## DATA TO USE

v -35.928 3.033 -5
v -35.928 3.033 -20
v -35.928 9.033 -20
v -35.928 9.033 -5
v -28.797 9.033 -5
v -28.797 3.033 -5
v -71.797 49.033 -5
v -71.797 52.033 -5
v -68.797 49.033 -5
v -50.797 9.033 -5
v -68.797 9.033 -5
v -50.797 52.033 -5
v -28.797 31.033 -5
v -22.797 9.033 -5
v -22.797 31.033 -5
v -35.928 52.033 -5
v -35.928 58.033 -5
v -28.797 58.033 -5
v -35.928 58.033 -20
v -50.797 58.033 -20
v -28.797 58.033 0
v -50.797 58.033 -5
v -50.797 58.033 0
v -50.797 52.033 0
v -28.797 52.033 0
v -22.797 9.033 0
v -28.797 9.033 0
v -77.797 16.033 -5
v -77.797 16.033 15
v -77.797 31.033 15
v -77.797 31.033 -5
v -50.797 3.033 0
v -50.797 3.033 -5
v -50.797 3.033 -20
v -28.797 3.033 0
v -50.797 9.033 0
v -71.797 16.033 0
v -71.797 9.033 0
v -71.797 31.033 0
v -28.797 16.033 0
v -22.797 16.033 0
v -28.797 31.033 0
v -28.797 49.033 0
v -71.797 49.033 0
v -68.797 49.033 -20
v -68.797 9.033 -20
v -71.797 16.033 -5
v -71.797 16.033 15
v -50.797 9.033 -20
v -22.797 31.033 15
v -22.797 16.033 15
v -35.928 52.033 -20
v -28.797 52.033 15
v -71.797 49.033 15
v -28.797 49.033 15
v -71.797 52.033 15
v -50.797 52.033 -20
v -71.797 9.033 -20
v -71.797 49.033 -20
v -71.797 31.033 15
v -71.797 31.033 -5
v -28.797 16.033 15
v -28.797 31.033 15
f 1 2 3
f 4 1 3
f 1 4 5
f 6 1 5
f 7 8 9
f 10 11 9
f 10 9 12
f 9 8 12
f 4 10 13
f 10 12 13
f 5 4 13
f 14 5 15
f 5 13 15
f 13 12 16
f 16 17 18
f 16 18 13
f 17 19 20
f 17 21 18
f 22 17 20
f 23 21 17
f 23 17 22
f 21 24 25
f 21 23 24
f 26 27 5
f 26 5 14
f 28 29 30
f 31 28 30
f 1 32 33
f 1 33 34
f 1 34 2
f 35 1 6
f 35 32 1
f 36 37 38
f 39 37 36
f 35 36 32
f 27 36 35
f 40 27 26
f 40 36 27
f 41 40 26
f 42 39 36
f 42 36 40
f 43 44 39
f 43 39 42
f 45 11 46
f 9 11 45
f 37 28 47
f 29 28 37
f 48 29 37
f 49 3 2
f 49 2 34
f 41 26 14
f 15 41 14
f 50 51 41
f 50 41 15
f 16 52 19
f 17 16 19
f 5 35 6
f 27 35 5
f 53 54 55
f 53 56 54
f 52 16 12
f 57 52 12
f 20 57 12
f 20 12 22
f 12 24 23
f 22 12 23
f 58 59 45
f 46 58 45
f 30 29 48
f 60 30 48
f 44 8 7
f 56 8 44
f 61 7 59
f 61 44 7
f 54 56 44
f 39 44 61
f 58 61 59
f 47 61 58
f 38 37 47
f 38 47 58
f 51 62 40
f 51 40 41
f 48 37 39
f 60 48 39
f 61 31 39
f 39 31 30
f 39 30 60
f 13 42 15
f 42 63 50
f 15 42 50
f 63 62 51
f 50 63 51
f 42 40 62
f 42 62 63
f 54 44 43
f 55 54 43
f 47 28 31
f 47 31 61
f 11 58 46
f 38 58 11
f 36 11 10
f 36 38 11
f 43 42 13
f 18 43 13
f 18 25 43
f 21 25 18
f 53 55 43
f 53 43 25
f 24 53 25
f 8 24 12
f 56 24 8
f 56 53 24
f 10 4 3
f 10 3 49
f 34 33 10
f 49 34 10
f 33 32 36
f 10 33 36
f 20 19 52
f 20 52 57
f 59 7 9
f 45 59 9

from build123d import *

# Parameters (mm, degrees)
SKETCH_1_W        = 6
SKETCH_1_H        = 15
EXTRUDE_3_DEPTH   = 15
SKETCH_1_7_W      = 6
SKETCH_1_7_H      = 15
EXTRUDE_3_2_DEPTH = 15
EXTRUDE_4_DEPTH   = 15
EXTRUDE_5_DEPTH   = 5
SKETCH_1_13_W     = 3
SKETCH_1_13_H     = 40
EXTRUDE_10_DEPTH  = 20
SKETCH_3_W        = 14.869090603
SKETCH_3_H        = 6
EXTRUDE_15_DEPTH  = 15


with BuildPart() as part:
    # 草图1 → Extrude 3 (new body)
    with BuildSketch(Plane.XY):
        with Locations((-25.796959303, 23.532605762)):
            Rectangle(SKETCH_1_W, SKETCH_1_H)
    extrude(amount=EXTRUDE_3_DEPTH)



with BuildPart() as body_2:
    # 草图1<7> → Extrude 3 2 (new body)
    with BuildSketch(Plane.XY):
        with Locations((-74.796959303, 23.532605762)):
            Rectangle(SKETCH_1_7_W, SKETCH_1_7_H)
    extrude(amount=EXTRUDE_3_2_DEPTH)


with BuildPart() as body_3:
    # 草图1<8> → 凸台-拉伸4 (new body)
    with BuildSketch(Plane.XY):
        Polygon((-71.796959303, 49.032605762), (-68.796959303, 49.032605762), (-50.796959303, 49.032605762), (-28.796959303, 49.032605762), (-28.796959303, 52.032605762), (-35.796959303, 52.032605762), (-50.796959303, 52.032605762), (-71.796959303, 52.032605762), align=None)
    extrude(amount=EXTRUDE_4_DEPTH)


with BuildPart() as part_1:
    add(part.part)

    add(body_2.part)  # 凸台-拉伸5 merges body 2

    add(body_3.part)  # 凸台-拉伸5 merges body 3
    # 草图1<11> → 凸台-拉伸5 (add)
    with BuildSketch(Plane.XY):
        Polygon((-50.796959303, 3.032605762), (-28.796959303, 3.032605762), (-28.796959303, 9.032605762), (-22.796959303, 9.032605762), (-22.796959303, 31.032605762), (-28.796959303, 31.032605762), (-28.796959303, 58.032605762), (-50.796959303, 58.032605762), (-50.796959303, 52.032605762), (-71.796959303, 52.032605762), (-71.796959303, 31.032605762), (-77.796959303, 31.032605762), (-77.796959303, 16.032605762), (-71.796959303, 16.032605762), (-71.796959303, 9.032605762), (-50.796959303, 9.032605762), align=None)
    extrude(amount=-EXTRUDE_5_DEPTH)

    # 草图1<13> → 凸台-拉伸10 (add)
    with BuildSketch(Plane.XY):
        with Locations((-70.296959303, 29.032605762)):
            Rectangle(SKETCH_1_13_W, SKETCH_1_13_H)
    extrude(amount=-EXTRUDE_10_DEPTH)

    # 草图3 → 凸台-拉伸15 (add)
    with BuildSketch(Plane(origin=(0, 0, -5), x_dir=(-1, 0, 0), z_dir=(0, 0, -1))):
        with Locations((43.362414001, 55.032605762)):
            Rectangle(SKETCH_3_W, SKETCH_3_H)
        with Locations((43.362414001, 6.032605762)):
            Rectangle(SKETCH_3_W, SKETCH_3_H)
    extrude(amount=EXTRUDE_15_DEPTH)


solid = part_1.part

## WORK TASK
All entries must be repeated exactly.

## RESPONSE TO THIS TASK
v -35.928 3.033 -5
v -35.928 3.033 -20
v -35.928 9.033 -20
v -35.928 9.033 -5
v -28.797 9.033 -5
v -28.797 3.033 -5
v -71.797 49.033 -5
v -71.797 52.033 -5
v -68.797 49.033 -5
v -50.797 9.033 -5
v -68.797 9.033 -5
v -50.797 52.033 -5
v -28.797 31.033 -5
v -22.797 9.033 -5
v -22.797 31.033 -5
v -35.928 52.033 -5
v -35.928 58.033 -5
v -28.797 58.033 -5
v -35.928 58.033 -20
v -50.797 58.033 -20
v -28.797 58.033 0
v -50.797 58.033 -5
v -50.797 58.033 0
v -50.797 52.033 0
v -28.797 52.033 0
v -22.797 9.033 0
v -28.797 9.033 0
v -77.797 16.033 -5
v -77.797 16.033 15
v -77.797 31.033 15
v -77.797 31.033 -5
v -50.797 3.033 0
v -50.797 3.033 -5
v -50.797 3.033 -20
v -28.797 3.033 0
v -50.797 9.033 0
v -71.797 16.033 0
v -71.797 9.033 0
v -71.797 31.033 0
v -28.797 16.033 0
v -22.797 16.033 0
v -28.797 31.033 0
v -28.797 49.033 0
v -71.797 49.033 0
v -68.797 49.033 -20
v -68.797 9.033 -20
v -71.797 16.033 -5
v -71.797 16.033 15
v -50.797 9.033 -20
v -22.797 31.033 15
v -22.797 16.033 15
v -35.928 52.033 -20
v -28.797 52.033 15
v -71.797 49.033 15
v -28.797 49.033 15
v -71.797 52.033 15
v -50.797 52.033 -20
v -71.797 9.033 -20
v -71.797 49.033 -20
v -71.797 31.033 15
v -71.797 31.033 -5
v -28.797 16.033 15
v -28.797 31.033 15
f 1 2 3
f 4 1 3
f 1 4 5
f 6 1 5
f 7 8 9
f 10 11 9
f 10 9 12
f 9 8 12
f 4 10 13
f 10 12 13
f 5 4 13
f 14 5 15
f 5 13 15
f 13 12 16
f 16 17 18
f 16 18 13
f 17 19 20
f 17 21 18
f 22 17 20
f 23 21 17
f 23 17 22
f 21 24 25
f 21 23 24
f 26 27 5
f 26 5 14
f 28 29 30
f 31 28 30
f 1 32 33
f 1 33 34
f 1 34 2
f 35 1 6
f 35 32 1
f 36 37 38
f 39 37 36
f 35 36 32
f 27 36 35
f 40 27 26
f 40 36 27
f 41 40 26
f 42 39 36
f 42 36 40
f 43 44 39
f 43 39 42
f 45 11 46
f 9 11 45
f 37 28 47
f 29 28 37
f 48 29 37
f 49 3 2
f 49 2 34
f 41 26 14
f 15 41 14
f 50 51 41
f 50 41 15
f 16 52 19
f 17 16 19
f 5 35 6
f 27 35 5
f 53 54 55
f 53 56 54
f 52 16 12
f 57 52 12
f 20 57 12
f 20 12 22
f 12 24 23
f 22 12 23
f 58 59 45
f 46 58 45
f 30 29 48
f 60 30 48
f 44 8 7
f 56 8 44
f 61 7 59
f 61 44 7
f 54 56 44
f 39 44 61
f 58 61 59
f 47 61 58
f 38 37 47
f 38 47 58
f 51 62 40
f 51 40 41
f 48 37 39
f 60 48 39
f 61 31 39
f 39 31 30
f 39 30 60
f 13 42 15
f 42 63 50
f 15 42 50
f 63 62 51
f 50 63 51
f 42 40 62
f 42 62 63
f 54 44 43
f 55 54 43
f 47 28 31
f 47 31 61
f 11 58 46
f 38 58 11
f 36 11 10
f 36 38 11
f 43 42 13
f 18 43 13
f 18 25 43
f 21 25 18
f 53 55 43
f 53 43 25
f 24 53 25
f 8 24 12
f 56 24 8
f 56 53 24
f 10 4 3
f 10 3 49
f 34 33 10
f 49 34 10
f 33 32 36
f 10 33 36
f 20 19 52
f 20 52 57
f 59 7 9
f 45 59 9

from build123d import *

# Parameters (mm, degrees)
SKETCH_1_W        = 6
SKETCH_1_H        = 15
EXTRUDE_3_DEPTH   = 15
SKETCH_1_7_W      = 6
SKETCH_1_7_H      = 15
EXTRUDE_3_2_DEPTH = 15
EXTRUDE_4_DEPTH   = 15
EXTRUDE_5_DEPTH   = 5
SKETCH_1_13_W     = 3
SKETCH_1_13_H     = 40
EXTRUDE_10_DEPTH  = 20
SKETCH_3_W        = 14.869090603
SKETCH_3_H        = 6
EXTRUDE_15_DEPTH  = 15


with BuildPart() as part:
    # 草图1 → Extrude 3 (new body)
    with BuildSketch(Plane.XY):
        with Locations((-25.796959303, 23.532605762)):
            Rectangle(SKETCH_1_W, SKETCH_1_H)
    extrude(amount=EXTRUDE_3_DEPTH)



with BuildPart() as body_2:
    # 草图1<7> → Extrude 3 2 (new body)
    with BuildSketch(Plane.XY):
        with Locations((-74.796959303, 23.532605762)):
            Rectangle(SKETCH_1_7_W, SKETCH_1_7_H)
    extrude(amount=EXTRUDE_3_2_DEPTH)


with BuildPart() as body_3:
    # 草图1<8> → 凸台-拉伸4 (new body)
    with BuildSketch(Plane.XY):
        Polygon((-71.796959303, 49.032605762), (-68.796959303, 49.032605762), (-50.796959303, 49.032605762), (-28.796959303, 49.032605762), (-28.796959303, 52.032605762), (-35.796959303, 52.032605762), (-50.796959303, 52.032605762), (-71.796959303, 52.032605762), align=None)
    extrude(amount=EXTRUDE_4_DEPTH)


with BuildPart() as part_1:
    add(part.part)

    add(body_2.part)  # 凸台-拉伸5 merges body 2

    add(body_3.part)  # 凸台-拉伸5 merges body 3
    # 草图1<11> → 凸台-拉伸5 (add)
    with BuildSketch(Plane.XY):
        Polygon((-50.796959303, 3.032605762), (-28.796959303, 3.032605762), (-28.796959303, 9.032605762), (-22.796959303, 9.032605762), (-22.796959303, 31.032605762), (-28.796959303, 31.032605762), (-28.796959303, 58.032605762), (-50.796959303, 58.032605762), (-50.796959303, 52.032605762), (-71.796959303, 52.032605762), (-71.796959303, 31.032605762), (-77.796959303, 31.032605762), (-77.796959303, 16.032605762), (-71.796959303, 16.032605762), (-71.796959303, 9.032605762), (-50.796959303, 9.032605762), align=None)
    extrude(amount=-EXTRUDE_5_DEPTH)

    # 草图1<13> → 凸台-拉伸10 (add)
    with BuildSketch(Plane.XY):
        with Locations((-70.296959303, 29.032605762)):
            Rectangle(SKETCH_1_13_W, SKETCH_1_13_H)
    extrude(amount=-EXTRUDE_10_DEPTH)

    # 草图3 → 凸台-拉伸15 (add)
    with BuildSketch(Plane(origin=(0, 0, -5), x_dir=(-1, 0, 0), z_dir=(0, 0, -1))):
        with Locations((43.362414001, 55.032605762)):
            Rectangle(SKETCH_3_W, SKETCH_3_H)
        with Locations((43.362414001, 6.032605762)):
            Rectangle(SKETCH_3_W, SKETCH_3_H)
    extrude(amount=EXTRUDE_15_DEPTH)


solid = part_1.part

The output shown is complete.